◆ EXERCISE OBJECTIVE
Exactly the lines from the one containing "#290=CARTESIAN_POINT('',(0.,0.,0.));" through the end of the data below are to be reproduced, and nothing besides them.

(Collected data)
>>>>

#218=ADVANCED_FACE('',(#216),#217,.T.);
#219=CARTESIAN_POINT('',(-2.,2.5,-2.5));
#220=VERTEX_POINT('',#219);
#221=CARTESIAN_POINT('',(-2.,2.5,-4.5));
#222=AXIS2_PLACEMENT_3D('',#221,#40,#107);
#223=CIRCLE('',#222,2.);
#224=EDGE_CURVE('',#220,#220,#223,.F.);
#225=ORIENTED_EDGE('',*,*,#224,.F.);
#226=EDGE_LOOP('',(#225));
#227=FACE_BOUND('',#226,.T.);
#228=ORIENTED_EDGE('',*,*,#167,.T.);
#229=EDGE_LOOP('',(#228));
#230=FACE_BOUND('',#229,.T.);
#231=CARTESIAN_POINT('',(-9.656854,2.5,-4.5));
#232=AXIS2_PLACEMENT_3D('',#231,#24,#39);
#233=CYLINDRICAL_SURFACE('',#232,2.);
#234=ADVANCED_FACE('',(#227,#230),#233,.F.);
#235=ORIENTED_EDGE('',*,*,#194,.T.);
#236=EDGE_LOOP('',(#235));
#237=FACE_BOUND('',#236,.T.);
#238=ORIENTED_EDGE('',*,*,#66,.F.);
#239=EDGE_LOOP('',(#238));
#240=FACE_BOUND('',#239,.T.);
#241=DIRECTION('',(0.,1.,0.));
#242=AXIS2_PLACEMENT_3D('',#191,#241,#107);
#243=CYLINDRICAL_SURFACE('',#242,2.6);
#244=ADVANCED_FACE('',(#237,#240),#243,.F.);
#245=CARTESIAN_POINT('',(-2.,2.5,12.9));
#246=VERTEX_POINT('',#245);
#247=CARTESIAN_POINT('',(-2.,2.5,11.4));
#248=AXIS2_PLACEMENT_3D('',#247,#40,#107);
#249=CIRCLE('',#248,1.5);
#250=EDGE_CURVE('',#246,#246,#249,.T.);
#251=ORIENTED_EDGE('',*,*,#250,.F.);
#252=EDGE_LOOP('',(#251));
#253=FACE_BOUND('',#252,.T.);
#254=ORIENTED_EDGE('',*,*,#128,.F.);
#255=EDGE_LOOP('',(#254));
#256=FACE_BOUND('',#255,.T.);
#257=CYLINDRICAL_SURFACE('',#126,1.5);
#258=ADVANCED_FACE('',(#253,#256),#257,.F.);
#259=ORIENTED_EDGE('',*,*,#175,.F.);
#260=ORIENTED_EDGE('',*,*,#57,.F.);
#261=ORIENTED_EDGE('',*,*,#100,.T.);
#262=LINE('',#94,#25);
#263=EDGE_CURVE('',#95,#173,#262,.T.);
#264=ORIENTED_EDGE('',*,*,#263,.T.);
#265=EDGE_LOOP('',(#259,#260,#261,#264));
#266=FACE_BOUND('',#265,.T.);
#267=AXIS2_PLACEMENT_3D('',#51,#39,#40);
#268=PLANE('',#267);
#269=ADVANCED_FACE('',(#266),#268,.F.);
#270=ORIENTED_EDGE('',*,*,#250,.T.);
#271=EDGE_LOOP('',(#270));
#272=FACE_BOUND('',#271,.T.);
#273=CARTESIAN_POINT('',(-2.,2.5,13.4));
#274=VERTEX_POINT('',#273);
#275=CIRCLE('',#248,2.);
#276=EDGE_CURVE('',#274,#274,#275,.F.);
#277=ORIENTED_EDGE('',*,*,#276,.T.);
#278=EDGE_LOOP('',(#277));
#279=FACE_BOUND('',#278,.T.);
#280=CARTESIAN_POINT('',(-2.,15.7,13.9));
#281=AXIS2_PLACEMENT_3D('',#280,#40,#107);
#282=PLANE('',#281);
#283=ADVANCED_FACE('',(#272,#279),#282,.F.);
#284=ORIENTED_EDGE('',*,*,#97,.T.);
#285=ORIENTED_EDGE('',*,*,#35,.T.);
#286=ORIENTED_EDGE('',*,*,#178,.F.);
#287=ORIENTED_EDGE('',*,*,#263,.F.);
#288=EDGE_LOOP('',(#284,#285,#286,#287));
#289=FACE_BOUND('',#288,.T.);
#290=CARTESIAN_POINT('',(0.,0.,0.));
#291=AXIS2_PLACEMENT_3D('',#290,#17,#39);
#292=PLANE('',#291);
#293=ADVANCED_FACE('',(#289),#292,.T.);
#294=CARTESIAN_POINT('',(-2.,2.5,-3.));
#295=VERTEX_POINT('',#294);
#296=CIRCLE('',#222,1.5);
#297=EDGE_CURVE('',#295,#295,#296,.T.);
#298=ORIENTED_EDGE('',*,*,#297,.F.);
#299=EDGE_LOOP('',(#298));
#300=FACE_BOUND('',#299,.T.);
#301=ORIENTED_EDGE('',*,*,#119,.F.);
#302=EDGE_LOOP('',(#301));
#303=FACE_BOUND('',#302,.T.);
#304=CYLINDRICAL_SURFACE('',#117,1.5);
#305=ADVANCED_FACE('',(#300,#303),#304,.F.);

<<<<

◆ THE COMPLETED TASK
#290=CARTESIAN_POINT('',(0.,0.,0.));
#291=AXIS2_PLACEMENT_3D('',#290,#17,#39);
#292=PLANE('',#291);
#293=ADVANCED_FACE('',(#289),#292,.T.);
#294=CARTESIAN_POINT('',(-2.,2.5,-3.));
#295=VERTEX_POINT('',#294);
#296=CIRCLE('',#222,1.5);
#297=EDGE_CURVE('',#295,#295,#296,.T.);
#298=ORIENTED_EDGE('',*,*,#297,.F.);
#299=EDGE_LOOP('',(#298));
#300=FACE_BOUND('',#299,.T.);
#301=ORIENTED_EDGE('',*,*,#119,.F.);
#302=EDGE_LOOP('',(#301));
#303=FACE_BOUND('',#302,.T.);
#304=CYLINDRICAL_SURFACE('',#117,1.5);
#305=ADVANCED_FACE('',(#300,#303),#304,.F.);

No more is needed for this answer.